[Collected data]
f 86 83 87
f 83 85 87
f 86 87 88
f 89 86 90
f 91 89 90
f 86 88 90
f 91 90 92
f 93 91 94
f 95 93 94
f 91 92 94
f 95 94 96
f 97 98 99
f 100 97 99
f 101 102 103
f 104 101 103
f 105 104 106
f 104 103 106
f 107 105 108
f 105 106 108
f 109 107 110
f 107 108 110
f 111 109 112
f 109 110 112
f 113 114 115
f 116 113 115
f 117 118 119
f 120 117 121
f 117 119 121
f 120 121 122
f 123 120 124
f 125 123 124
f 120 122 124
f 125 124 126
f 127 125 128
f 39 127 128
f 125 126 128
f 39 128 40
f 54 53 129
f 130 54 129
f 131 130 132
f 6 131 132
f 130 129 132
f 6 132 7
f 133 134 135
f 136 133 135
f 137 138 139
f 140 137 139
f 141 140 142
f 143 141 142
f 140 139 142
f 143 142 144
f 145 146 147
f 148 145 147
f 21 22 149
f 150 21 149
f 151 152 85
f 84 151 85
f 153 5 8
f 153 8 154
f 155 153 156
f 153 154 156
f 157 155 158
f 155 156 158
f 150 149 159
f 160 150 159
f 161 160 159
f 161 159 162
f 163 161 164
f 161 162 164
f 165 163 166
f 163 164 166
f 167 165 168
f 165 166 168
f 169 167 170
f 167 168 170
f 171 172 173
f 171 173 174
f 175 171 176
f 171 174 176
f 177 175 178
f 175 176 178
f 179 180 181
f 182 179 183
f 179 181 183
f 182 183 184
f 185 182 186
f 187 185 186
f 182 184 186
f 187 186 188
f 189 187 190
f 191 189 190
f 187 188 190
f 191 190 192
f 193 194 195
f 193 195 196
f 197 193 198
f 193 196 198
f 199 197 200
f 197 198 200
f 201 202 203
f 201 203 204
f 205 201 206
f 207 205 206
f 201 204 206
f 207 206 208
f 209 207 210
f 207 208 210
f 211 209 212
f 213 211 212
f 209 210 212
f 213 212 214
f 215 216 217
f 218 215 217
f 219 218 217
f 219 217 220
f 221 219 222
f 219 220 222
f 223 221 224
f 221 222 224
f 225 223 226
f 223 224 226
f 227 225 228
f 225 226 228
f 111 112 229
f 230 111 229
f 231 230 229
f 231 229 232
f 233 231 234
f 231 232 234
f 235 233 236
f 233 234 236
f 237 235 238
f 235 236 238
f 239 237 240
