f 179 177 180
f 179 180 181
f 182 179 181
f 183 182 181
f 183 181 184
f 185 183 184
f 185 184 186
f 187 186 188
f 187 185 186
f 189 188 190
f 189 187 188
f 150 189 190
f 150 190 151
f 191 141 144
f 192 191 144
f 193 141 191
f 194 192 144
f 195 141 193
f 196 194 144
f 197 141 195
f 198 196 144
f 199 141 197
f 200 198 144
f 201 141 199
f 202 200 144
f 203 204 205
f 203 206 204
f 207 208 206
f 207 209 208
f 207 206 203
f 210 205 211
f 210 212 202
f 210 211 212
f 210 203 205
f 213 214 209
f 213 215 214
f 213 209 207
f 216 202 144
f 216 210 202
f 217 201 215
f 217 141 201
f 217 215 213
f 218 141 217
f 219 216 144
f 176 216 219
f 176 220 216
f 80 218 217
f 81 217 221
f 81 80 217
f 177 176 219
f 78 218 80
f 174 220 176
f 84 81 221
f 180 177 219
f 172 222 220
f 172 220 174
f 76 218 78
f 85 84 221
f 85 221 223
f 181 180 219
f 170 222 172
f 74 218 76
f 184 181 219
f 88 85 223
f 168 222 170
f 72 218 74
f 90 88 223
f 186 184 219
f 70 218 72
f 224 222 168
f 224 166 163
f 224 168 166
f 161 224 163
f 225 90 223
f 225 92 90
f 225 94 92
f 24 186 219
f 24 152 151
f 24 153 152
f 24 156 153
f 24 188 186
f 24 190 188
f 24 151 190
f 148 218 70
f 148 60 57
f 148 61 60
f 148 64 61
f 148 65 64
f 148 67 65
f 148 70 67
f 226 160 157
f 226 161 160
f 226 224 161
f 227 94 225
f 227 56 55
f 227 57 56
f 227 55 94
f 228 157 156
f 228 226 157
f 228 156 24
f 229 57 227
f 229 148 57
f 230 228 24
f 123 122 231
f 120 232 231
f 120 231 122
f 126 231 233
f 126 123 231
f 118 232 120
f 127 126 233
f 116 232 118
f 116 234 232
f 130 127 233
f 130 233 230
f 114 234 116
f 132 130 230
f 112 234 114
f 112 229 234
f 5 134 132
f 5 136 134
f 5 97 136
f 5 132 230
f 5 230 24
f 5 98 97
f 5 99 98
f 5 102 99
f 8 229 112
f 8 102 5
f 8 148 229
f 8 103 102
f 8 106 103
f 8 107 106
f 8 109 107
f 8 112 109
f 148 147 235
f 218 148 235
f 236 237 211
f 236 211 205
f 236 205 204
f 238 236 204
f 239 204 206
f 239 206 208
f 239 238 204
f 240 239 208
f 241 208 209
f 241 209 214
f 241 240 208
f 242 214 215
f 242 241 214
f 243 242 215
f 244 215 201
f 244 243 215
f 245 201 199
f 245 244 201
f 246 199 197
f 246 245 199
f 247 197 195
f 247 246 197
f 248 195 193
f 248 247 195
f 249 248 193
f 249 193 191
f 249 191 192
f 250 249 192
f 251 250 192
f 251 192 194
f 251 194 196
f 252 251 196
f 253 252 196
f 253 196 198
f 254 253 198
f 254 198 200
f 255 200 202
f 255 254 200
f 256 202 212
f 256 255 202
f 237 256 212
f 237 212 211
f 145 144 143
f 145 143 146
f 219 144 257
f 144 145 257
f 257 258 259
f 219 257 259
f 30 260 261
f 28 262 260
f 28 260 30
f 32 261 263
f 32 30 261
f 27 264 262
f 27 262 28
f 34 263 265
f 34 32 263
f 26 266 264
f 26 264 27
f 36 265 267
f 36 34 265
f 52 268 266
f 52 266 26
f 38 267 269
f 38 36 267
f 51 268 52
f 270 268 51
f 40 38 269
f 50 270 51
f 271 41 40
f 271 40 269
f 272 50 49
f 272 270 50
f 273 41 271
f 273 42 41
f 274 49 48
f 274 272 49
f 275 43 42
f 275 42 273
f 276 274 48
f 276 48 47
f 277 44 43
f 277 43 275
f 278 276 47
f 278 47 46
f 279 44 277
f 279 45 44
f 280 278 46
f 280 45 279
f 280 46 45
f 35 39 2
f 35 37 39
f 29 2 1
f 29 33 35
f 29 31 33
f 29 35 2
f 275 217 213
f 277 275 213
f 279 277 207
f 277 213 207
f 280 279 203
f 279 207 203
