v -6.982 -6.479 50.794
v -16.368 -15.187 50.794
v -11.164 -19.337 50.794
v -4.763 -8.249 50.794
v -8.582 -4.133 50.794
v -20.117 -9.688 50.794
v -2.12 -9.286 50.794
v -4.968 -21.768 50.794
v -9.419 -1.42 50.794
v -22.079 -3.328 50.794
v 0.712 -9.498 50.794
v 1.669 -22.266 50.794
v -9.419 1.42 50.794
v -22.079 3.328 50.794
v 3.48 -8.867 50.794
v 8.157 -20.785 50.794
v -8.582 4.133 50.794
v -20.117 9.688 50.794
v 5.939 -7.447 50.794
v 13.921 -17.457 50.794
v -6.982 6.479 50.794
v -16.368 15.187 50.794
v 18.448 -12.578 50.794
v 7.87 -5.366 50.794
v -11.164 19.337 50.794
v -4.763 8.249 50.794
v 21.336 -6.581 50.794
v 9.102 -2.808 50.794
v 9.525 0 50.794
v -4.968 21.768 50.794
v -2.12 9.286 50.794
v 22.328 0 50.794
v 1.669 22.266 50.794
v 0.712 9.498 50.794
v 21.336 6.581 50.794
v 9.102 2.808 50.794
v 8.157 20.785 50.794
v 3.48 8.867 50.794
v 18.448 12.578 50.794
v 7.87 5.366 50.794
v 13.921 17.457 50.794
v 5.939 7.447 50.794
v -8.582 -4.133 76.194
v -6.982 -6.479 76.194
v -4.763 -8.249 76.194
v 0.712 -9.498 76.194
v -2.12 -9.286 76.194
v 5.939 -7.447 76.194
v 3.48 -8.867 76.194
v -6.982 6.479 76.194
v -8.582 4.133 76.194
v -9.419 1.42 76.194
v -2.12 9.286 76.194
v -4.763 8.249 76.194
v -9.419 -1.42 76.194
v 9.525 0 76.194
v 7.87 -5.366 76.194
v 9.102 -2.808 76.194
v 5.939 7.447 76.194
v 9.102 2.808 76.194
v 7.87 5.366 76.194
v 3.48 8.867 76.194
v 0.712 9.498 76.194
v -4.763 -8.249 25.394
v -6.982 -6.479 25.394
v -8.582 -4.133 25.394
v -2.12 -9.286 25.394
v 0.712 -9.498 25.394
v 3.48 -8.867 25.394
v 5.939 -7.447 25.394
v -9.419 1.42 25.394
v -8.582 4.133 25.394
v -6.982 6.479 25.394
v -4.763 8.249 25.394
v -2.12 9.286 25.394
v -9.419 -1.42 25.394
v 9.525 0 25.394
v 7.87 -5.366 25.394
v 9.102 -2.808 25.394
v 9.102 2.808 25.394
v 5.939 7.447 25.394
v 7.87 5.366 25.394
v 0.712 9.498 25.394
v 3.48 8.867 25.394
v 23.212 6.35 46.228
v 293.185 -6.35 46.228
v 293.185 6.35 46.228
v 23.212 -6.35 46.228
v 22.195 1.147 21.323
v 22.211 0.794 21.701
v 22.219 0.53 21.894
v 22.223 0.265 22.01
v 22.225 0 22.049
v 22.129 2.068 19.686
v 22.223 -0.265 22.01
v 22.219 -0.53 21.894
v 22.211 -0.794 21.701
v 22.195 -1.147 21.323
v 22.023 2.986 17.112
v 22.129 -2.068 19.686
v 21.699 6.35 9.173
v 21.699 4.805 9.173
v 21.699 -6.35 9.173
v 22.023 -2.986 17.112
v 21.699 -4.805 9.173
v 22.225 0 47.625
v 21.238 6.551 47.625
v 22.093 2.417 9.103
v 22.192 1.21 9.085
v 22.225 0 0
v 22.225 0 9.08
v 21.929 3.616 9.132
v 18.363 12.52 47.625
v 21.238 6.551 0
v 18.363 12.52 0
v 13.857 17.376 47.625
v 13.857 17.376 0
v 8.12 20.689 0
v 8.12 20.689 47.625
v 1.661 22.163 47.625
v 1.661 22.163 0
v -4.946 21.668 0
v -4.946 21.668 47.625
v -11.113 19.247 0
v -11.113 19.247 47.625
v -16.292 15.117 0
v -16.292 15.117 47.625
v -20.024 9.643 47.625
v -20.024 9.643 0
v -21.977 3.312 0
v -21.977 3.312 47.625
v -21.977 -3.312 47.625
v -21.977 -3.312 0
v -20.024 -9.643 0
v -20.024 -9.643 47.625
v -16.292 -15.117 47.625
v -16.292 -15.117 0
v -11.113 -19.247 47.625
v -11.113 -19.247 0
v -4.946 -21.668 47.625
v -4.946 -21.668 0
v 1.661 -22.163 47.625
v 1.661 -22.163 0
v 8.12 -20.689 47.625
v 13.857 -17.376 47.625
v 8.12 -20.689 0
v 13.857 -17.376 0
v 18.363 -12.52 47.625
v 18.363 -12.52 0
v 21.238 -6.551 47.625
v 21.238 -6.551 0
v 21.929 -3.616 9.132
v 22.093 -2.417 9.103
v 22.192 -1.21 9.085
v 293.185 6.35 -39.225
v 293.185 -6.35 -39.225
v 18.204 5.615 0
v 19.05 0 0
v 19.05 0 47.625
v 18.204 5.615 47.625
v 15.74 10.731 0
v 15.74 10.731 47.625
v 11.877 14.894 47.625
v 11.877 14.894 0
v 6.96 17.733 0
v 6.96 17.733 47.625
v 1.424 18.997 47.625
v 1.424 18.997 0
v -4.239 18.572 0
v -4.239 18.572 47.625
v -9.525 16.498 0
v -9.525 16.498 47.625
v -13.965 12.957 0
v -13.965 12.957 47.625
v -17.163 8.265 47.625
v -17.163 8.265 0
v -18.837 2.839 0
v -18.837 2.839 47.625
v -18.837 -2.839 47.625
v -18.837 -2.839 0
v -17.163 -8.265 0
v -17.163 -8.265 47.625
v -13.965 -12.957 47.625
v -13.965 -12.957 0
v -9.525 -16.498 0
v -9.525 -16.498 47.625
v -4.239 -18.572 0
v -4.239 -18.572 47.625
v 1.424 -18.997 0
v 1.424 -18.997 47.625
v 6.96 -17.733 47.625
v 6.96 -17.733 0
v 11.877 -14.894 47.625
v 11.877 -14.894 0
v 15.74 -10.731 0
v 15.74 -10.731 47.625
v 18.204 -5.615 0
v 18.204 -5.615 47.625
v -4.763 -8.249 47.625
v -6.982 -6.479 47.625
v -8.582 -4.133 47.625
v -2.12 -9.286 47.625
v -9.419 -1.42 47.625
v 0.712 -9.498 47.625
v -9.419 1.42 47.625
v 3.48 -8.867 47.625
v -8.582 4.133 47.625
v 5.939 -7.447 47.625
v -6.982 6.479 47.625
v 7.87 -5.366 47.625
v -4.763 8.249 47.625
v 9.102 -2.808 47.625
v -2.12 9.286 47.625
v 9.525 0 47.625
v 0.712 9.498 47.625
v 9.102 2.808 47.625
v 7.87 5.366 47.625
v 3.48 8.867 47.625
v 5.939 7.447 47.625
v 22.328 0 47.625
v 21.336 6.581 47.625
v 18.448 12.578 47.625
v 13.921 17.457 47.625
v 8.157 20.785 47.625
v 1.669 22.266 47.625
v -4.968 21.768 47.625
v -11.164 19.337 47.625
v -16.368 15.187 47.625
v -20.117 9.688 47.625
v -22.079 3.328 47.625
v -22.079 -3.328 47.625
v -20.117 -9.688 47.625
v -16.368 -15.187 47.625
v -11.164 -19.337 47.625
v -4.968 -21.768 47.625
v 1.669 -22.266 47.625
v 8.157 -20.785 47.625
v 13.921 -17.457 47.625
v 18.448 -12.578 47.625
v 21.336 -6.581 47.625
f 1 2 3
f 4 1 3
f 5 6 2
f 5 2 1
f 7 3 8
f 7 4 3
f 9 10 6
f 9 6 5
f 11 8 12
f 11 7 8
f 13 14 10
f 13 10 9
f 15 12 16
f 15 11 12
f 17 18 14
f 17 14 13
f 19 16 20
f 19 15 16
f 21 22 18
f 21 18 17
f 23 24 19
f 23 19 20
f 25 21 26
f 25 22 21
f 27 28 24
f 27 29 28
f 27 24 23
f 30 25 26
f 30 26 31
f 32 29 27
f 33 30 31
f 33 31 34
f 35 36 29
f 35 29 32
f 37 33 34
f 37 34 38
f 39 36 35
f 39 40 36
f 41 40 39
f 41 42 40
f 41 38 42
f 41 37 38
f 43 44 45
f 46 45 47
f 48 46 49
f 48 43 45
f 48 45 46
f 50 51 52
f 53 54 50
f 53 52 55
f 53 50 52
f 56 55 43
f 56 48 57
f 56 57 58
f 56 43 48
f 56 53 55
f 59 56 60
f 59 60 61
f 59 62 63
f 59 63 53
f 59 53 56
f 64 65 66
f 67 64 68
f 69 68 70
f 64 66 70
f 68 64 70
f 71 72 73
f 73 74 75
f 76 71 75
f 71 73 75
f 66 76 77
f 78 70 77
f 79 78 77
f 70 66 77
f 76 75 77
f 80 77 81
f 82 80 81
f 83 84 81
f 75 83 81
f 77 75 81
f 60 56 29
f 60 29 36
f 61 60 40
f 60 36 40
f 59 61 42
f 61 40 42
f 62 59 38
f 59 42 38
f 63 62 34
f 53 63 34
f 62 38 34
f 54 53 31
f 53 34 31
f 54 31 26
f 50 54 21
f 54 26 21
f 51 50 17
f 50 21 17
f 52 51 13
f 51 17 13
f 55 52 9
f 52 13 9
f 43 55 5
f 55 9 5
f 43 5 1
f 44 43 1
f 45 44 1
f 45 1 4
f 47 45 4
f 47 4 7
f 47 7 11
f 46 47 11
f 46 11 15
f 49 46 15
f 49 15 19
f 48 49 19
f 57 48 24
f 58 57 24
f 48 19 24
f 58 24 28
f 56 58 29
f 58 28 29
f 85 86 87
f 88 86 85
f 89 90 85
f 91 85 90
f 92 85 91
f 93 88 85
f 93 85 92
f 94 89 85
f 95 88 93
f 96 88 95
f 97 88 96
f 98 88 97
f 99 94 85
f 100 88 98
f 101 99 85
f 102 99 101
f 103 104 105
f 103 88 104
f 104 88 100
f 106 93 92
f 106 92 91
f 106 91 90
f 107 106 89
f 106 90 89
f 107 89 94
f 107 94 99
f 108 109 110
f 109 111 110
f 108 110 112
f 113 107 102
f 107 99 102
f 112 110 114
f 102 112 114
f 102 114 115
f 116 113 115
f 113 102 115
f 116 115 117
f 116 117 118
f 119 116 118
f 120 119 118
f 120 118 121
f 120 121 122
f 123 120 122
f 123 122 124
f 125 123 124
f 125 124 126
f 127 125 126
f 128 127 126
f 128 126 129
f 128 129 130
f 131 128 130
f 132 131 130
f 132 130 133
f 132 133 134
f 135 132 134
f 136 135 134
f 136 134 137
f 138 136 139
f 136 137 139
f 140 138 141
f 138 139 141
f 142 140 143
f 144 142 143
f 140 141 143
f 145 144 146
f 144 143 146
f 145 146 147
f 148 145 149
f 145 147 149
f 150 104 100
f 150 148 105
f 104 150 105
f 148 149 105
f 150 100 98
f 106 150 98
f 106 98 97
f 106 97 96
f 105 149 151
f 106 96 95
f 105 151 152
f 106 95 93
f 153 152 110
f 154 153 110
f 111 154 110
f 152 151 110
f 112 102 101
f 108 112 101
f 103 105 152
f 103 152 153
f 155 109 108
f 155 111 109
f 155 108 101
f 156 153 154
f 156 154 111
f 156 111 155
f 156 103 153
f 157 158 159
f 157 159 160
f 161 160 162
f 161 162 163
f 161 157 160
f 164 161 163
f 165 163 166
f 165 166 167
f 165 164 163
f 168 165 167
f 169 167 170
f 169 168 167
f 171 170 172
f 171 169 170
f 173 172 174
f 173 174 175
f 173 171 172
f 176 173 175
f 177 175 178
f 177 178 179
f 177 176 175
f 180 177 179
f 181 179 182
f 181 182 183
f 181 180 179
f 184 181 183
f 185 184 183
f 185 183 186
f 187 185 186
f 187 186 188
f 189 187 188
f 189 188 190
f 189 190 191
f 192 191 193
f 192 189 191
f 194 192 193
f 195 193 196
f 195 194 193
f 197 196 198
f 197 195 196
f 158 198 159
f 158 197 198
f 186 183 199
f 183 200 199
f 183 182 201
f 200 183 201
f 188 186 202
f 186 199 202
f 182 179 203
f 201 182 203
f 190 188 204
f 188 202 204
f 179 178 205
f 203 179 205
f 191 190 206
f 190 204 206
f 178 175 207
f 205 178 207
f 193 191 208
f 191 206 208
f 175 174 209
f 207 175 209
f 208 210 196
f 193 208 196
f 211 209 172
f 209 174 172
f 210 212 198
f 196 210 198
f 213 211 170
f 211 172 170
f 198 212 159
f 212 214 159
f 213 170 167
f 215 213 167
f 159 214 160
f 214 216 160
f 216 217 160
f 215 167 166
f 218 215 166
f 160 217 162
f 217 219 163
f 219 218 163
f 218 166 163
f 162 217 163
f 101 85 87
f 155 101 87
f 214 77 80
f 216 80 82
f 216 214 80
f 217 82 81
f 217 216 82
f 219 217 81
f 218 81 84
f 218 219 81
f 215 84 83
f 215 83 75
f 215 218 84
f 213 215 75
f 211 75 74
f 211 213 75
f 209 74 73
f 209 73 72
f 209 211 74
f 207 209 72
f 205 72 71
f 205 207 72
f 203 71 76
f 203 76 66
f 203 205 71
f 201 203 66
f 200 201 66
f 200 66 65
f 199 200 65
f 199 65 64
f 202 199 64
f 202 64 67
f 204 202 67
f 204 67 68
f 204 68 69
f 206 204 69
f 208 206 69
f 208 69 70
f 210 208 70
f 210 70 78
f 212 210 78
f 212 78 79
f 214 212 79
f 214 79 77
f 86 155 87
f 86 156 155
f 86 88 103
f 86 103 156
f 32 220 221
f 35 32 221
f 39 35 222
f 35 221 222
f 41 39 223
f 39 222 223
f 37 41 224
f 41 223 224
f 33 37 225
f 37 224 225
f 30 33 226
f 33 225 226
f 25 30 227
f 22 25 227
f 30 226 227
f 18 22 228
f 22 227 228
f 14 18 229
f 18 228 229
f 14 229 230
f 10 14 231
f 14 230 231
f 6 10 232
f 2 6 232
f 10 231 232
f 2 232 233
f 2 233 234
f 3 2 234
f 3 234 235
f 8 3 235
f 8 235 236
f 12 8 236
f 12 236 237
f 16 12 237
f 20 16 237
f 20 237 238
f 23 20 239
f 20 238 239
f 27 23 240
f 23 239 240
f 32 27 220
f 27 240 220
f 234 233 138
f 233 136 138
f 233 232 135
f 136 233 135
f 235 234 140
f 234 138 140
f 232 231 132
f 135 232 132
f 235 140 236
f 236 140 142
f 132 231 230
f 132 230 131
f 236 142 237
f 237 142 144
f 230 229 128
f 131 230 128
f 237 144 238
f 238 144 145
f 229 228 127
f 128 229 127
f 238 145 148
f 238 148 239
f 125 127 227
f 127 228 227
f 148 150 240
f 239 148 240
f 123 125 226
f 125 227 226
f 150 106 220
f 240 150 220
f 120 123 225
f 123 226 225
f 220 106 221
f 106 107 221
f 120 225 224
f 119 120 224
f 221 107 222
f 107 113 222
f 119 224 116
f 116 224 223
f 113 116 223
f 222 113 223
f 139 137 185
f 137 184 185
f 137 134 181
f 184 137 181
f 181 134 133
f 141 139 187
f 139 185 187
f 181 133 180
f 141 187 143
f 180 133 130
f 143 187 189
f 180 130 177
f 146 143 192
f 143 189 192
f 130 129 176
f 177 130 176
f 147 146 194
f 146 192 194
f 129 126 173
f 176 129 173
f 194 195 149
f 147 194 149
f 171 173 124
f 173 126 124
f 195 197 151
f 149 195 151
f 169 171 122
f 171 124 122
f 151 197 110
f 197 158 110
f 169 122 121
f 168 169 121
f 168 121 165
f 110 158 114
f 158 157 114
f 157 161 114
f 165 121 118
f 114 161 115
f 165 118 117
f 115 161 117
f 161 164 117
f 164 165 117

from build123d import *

# Parameters (mm, degrees)
F0_R          = 22.225
F0_R_2        = 19.05
F1_DEPTH      = 47.625
F2_R          = 22.328019
F3_DEPTH      = 3.16947
F4_R          = 9.525
F5_DEPTH      = 25.4
F5_DEPTH_BACK = 25.4
F7_DEPTH      = 6.35
F7_DEPTH_BACK = 6.35


with BuildPart() as f1:
    # F0 (on Top) → F1 (new body)
    with BuildSketch(Plane.XY):
        Circle(F0_R)
        Circle(F0_R_2, mode=Mode.SUBTRACT)
    extrude(amount=F1_DEPTH)

    # F2 (on face) → F3 (join)
    with BuildSketch(Plane.XY.offset(47.625)):
        Circle(F2_R)
    extrude(amount=F3_DEPTH)

    # F4 (on face) → F5 (join, two sides)
    with BuildSketch(Plane.XY.offset(50.79447)) as f5_sk:
        Circle(F4_R)
    extrude(amount=F5_DEPTH)
    extrude(f5_sk.sketch, amount=-F5_DEPTH_BACK)

    # F6 (on Front) → F7 (join, two sides)
    with BuildSketch(Plane.XZ) as f7_sk:
        Polygon((293.185323, 46.228472), (23.211915, 46.228472), (21.699471, 9.1733), (293.185323, -39.225295), align=None)
    extrude(amount=F7_DEPTH)
    extrude(f7_sk.sketch, amount=-F7_DEPTH_BACK)


solid = f1.part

◆ **WHAT NEEDS TO BE DONE**: What do the lines above say from the one containing "f 34 263 265" down to the one containing "v -2.12 9.286 76.194"? Return them exactly, both end lines included, and only them.

◆ **SOLUTION**:
f 34 263 265
f 34 32 263
f 26 266 264
f 26 264 27
f 36 265 267
f 36 34 265
f 52 268 266
f 52 266 26
f 38 267 269
f 38 36 267
f 51 268 52
f 270 268 51
f 40 38 269
f 50 270 51
f 271 41 40
f 271 40 269
f 272 50 49
f 272 270 50
f 273 41 271
f 273 42 41
f 274 49 48
f 274 272 49
f 275 43 42
f 275 42 273
f 276 274 48
f 276 48 47
f 277 44 43
f 277 43 275
f 278 276 47
f 278 47 46
f 279 44 277
f 279 45 44
f 280 278 46
f 280 45 279
f 280 46 45
f 35 39 2
f 35 37 39
f 29 2 1
f 29 33 35
f 29 31 33
f 29 35 2
f 275 217 213
f 277 275 213
f 279 277 207
f 277 213 207
f 280 279 203
f 279 207 203
v -6.982 -6.479 50.794
v -16.368 -15.187 50.794
v -11.164 -19.337 50.794
v -4.763 -8.249 50.794
v -8.582 -4.133 50.794
v -20.117 -9.688 50.794
v -2.12 -9.286 50.794
v -4.968 -21.768 50.794
v -9.419 -1.42 50.794
v -22.079 -3.328 50.794
v 0.712 -9.498 50.794
v 1.669 -22.266 50.794
v -9.419 1.42 50.794
v -22.079 3.328 50.794
v 3.48 -8.867 50.794
v 8.157 -20.785 50.794
v -8.582 4.133 50.794
v -20.117 9.688 50.794
v 5.939 -7.447 50.794
v 13.921 -17.457 50.794
v -6.982 6.479 50.794
v -16.368 15.187 50.794
v 18.448 -12.578 50.794
v 7.87 -5.366 50.794
v -11.164 19.337 50.794
v -4.763 8.249 50.794
v 21.336 -6.581 50.794
v 9.102 -2.808 50.794
v 9.525 0 50.794
v -4.968 21.768 50.794
v -2.12 9.286 50.794
v 22.328 0 50.794
v 1.669 22.266 50.794
v 0.712 9.498 50.794
v 21.336 6.581 50.794
v 9.102 2.808 50.794
v 8.157 20.785 50.794
v 3.48 8.867 50.794
v 18.448 12.578 50.794
v 7.87 5.366 50.794
v 13.921 17.457 50.794
v 5.939 7.447 50.794
v -8.582 -4.133 76.194
v -6.982 -6.479 76.194
v -4.763 -8.249 76.194
v 0.712 -9.498 76.194
v -2.12 -9.286 76.194
v 5.939 -7.447 76.194
v 3.48 -8.867 76.194
v -6.982 6.479 76.194
v -8.582 4.133 76.194
v -9.419 1.42 76.194
v -2.12 9.286 76.194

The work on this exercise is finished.